## What you have to do
From the entries below, reproduce exactly the line containing "plane through (0, 0, 0)", the line containing "properties part number", and every line in between, with nothing added.

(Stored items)
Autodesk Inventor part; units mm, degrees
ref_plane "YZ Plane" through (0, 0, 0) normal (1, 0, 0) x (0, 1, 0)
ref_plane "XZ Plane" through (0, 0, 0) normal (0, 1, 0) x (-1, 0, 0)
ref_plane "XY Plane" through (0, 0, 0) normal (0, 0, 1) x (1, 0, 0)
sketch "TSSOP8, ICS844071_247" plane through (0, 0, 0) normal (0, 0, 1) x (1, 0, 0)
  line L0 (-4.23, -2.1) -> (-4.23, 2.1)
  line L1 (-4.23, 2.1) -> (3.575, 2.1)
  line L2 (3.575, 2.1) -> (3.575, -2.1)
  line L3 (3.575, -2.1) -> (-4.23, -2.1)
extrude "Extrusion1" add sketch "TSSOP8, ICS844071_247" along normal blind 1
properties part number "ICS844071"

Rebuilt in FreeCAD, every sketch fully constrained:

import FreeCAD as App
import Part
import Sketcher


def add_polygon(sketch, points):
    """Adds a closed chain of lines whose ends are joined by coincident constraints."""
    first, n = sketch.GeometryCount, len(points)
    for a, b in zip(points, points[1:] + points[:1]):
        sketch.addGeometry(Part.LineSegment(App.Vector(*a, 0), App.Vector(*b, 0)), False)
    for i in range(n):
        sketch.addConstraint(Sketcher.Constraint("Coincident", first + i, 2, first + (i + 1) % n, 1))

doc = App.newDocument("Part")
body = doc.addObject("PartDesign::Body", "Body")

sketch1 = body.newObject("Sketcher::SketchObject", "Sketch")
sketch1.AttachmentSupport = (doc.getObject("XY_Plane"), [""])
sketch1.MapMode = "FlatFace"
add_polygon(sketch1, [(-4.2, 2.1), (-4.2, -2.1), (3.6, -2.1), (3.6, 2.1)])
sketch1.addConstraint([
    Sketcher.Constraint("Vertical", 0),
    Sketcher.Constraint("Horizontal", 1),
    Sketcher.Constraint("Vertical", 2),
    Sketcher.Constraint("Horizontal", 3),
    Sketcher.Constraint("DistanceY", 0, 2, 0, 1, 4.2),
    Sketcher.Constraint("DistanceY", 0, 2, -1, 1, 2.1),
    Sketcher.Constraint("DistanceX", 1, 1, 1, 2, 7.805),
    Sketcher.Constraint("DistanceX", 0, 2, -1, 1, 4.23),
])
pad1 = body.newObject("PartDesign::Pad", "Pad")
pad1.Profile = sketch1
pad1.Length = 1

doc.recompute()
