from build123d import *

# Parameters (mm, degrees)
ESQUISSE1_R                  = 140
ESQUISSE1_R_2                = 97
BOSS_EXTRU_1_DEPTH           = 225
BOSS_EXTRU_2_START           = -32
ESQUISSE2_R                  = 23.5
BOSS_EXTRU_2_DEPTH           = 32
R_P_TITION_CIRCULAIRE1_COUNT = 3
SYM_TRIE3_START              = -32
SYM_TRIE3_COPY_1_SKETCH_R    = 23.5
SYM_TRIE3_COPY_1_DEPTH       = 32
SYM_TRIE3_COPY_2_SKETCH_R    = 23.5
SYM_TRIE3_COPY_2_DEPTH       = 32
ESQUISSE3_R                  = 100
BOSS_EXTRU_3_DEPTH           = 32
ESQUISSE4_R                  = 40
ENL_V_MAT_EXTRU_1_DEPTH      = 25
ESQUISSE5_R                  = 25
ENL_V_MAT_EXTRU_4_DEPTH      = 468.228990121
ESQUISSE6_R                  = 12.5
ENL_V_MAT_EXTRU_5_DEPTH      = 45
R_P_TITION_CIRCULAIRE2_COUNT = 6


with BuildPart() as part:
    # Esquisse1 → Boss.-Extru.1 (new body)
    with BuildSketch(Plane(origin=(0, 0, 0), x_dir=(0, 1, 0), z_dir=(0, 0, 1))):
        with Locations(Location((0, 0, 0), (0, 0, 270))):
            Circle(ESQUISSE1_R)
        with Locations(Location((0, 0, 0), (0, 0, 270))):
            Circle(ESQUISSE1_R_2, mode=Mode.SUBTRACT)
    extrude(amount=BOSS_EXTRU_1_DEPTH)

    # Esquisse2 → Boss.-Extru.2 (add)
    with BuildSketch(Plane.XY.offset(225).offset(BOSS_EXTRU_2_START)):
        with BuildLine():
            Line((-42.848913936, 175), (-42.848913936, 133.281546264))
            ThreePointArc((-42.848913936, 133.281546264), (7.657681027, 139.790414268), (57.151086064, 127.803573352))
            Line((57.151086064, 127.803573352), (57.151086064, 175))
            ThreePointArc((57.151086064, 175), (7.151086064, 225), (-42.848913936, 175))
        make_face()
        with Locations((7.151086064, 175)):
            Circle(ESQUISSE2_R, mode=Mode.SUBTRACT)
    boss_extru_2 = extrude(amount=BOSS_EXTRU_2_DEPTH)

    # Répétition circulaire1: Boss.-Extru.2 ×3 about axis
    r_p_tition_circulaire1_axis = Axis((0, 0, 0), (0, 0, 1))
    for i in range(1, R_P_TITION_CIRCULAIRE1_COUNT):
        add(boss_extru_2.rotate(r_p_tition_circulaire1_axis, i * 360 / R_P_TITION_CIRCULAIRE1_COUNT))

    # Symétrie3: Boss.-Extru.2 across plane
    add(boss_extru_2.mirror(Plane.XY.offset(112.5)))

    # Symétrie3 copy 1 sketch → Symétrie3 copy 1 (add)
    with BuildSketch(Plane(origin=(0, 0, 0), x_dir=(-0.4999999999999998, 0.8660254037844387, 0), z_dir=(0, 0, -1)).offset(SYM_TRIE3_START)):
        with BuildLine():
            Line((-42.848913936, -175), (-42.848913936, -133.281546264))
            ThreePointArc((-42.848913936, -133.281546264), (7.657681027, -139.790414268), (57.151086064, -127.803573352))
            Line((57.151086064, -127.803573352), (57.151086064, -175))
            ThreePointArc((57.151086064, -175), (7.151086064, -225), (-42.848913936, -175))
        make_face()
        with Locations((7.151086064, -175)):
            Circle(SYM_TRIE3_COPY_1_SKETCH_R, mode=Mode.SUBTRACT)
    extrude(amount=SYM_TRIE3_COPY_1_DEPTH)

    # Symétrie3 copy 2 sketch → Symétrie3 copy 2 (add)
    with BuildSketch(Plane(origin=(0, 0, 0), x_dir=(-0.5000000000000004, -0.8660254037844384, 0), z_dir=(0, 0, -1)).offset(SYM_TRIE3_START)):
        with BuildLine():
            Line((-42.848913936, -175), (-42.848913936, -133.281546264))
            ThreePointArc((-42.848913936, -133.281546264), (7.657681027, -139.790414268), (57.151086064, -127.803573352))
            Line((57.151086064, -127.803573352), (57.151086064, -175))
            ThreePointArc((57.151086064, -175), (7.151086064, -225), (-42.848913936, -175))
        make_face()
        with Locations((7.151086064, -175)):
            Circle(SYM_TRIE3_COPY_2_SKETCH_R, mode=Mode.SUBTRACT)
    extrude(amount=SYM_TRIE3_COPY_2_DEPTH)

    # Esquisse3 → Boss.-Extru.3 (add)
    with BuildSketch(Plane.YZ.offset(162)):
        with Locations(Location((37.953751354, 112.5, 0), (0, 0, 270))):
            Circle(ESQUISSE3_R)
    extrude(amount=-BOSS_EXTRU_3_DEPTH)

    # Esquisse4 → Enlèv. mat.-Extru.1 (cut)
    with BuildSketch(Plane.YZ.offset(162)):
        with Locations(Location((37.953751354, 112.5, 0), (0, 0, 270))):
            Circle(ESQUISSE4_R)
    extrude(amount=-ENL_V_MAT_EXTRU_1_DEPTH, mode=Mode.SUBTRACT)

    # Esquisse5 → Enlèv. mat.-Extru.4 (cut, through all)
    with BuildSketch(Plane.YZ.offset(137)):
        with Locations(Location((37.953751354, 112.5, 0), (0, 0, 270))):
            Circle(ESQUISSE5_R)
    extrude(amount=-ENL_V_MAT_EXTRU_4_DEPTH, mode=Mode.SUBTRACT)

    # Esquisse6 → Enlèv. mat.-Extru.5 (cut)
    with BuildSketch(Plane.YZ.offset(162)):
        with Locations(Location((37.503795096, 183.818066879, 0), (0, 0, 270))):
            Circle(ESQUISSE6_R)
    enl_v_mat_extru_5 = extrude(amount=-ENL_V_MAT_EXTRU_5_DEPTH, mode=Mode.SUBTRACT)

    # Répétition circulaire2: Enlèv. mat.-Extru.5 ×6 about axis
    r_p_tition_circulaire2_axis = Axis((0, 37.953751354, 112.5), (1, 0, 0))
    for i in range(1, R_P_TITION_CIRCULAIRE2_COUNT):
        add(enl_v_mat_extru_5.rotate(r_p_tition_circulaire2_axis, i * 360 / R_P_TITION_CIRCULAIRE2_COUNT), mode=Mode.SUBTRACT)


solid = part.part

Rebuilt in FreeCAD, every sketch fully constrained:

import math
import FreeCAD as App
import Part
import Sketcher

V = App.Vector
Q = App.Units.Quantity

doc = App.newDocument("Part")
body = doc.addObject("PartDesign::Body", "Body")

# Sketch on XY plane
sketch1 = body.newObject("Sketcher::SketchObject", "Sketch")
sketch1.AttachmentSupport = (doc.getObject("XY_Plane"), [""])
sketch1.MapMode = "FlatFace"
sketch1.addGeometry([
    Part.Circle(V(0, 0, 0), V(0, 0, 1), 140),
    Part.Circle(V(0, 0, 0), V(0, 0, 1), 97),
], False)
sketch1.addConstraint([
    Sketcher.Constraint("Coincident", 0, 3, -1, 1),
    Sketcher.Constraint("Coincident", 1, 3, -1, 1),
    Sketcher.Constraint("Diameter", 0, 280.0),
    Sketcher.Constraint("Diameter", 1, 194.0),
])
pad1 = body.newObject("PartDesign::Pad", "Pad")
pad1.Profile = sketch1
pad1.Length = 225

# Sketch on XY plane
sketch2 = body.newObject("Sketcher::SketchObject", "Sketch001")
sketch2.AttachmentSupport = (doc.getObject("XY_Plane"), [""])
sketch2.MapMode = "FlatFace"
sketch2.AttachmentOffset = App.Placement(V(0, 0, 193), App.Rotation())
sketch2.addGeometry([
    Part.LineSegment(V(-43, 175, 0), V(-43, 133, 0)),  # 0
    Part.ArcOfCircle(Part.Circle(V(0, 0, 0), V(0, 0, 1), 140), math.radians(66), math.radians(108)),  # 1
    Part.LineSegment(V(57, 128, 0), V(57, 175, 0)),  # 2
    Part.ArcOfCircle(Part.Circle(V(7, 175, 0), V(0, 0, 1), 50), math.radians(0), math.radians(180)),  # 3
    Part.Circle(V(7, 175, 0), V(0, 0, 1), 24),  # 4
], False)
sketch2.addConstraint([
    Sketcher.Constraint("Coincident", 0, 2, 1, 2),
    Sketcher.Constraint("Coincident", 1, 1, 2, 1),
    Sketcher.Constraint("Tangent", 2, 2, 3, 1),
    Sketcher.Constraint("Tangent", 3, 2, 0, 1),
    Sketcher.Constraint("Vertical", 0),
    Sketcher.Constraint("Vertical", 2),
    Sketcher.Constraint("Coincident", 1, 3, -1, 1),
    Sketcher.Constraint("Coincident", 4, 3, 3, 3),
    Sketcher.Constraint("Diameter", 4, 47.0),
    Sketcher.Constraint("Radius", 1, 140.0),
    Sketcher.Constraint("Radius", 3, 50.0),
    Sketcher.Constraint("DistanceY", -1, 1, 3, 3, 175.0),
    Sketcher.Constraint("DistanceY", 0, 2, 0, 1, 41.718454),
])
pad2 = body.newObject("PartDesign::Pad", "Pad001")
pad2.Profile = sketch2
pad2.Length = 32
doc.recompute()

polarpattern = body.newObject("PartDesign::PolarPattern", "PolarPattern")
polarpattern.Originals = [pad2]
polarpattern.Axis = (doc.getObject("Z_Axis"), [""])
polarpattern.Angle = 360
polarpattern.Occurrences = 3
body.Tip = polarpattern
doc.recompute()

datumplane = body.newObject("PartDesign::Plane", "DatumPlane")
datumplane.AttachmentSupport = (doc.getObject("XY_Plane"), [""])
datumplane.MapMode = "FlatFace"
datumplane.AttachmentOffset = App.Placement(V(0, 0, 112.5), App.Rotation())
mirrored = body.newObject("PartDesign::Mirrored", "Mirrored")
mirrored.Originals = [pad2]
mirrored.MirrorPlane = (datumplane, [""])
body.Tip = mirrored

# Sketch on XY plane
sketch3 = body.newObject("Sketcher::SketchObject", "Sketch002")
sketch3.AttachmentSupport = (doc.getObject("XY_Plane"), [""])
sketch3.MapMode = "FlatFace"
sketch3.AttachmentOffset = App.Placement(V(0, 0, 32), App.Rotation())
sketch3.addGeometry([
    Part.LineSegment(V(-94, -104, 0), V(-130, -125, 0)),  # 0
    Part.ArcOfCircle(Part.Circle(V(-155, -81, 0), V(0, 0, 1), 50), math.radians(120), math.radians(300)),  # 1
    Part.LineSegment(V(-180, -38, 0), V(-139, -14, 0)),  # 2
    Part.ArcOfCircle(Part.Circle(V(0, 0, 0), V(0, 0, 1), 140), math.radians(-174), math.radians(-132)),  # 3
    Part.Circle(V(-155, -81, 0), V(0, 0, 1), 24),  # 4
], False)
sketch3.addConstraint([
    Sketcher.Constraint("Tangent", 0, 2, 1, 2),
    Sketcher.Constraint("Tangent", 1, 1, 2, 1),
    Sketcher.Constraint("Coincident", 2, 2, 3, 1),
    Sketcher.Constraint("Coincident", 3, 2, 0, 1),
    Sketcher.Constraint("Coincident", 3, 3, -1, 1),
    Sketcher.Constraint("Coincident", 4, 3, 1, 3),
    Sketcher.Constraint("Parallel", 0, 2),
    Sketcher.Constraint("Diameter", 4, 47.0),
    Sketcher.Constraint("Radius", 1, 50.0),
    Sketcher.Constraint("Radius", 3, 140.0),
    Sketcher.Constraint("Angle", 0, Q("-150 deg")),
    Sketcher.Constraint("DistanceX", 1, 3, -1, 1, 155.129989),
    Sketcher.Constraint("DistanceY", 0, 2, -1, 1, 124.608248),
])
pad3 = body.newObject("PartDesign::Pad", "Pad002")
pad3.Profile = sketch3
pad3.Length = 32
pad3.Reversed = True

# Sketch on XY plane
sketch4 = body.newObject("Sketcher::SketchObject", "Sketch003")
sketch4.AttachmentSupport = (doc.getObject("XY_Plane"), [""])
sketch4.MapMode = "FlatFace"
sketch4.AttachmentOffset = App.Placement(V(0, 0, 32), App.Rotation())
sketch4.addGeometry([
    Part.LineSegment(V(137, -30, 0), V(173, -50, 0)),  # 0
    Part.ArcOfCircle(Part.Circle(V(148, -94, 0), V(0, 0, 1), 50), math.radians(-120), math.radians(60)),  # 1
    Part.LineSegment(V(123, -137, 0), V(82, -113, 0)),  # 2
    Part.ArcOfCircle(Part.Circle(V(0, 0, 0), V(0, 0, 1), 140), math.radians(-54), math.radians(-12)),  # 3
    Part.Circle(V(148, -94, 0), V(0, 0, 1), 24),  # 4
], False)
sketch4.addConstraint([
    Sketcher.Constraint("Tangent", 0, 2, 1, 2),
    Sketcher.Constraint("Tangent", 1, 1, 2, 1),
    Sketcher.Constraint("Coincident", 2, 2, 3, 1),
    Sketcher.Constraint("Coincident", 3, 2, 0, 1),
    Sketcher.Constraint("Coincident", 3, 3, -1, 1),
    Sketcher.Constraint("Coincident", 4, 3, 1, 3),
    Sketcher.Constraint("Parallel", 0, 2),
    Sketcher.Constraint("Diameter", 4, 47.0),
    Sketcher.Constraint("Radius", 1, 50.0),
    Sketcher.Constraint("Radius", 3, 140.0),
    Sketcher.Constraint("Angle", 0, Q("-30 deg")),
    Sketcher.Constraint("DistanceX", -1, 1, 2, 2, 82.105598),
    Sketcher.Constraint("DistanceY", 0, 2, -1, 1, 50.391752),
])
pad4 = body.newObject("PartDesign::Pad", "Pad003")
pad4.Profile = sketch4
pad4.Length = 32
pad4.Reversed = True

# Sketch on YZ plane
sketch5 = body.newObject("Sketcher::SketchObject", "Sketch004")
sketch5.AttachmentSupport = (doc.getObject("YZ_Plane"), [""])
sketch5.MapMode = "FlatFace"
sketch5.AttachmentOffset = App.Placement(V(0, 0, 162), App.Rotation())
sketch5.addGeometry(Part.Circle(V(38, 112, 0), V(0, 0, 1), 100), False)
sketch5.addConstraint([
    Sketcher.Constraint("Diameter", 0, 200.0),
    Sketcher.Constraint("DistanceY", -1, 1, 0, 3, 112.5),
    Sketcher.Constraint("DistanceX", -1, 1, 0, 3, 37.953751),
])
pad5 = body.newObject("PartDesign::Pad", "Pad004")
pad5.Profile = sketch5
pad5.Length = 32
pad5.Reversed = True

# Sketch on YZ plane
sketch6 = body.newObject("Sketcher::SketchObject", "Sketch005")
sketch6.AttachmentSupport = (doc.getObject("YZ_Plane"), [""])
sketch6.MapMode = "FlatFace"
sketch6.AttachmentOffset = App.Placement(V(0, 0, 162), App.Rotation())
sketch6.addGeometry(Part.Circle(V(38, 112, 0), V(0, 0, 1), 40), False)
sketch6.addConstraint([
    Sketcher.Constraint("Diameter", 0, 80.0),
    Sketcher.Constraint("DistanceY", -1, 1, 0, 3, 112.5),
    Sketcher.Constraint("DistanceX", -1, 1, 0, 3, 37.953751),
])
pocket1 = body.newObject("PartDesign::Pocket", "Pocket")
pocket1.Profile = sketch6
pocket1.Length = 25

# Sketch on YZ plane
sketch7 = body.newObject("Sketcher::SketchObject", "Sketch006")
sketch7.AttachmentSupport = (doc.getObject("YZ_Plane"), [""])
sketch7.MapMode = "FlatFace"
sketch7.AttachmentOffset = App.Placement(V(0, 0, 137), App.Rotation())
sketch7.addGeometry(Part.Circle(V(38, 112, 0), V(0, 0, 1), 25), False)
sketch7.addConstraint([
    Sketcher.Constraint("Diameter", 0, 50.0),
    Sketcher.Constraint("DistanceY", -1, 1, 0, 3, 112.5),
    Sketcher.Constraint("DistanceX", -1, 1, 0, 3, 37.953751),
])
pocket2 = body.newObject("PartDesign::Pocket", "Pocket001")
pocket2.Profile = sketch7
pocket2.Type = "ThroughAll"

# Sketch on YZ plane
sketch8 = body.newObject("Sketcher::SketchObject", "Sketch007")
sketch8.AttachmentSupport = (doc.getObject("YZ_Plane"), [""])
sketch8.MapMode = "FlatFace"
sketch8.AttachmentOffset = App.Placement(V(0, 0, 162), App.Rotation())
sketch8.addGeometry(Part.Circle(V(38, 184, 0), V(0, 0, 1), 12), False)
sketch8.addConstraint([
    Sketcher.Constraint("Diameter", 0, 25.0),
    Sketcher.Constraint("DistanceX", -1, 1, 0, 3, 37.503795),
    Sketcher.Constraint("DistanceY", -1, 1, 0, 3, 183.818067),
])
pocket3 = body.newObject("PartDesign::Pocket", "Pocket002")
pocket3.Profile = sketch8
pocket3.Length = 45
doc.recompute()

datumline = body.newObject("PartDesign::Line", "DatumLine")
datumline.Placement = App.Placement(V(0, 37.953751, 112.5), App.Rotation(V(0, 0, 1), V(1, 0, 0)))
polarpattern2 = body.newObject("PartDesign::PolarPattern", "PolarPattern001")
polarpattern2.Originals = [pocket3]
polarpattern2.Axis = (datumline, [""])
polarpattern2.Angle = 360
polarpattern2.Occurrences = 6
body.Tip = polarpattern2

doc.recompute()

## Response box
sketch "TSSOP8, ICS844071_247" plane through (0, 0, 0) normal (0, 0, 1) x (1, 0, 0)
  line L0 (-4.23, -2.1) -> (-4.23, 2.1)
  line L1 (-4.23, 2.1) -> (3.575, 2.1)
  line L2 (3.575, 2.1) -> (3.575, -2.1)
  line L3 (3.575, -2.1) -> (-4.23, -2.1)
extrude "Extrusion1" add sketch "TSSOP8, ICS844071_247" along normal blind 1
properties part number "ICS844071"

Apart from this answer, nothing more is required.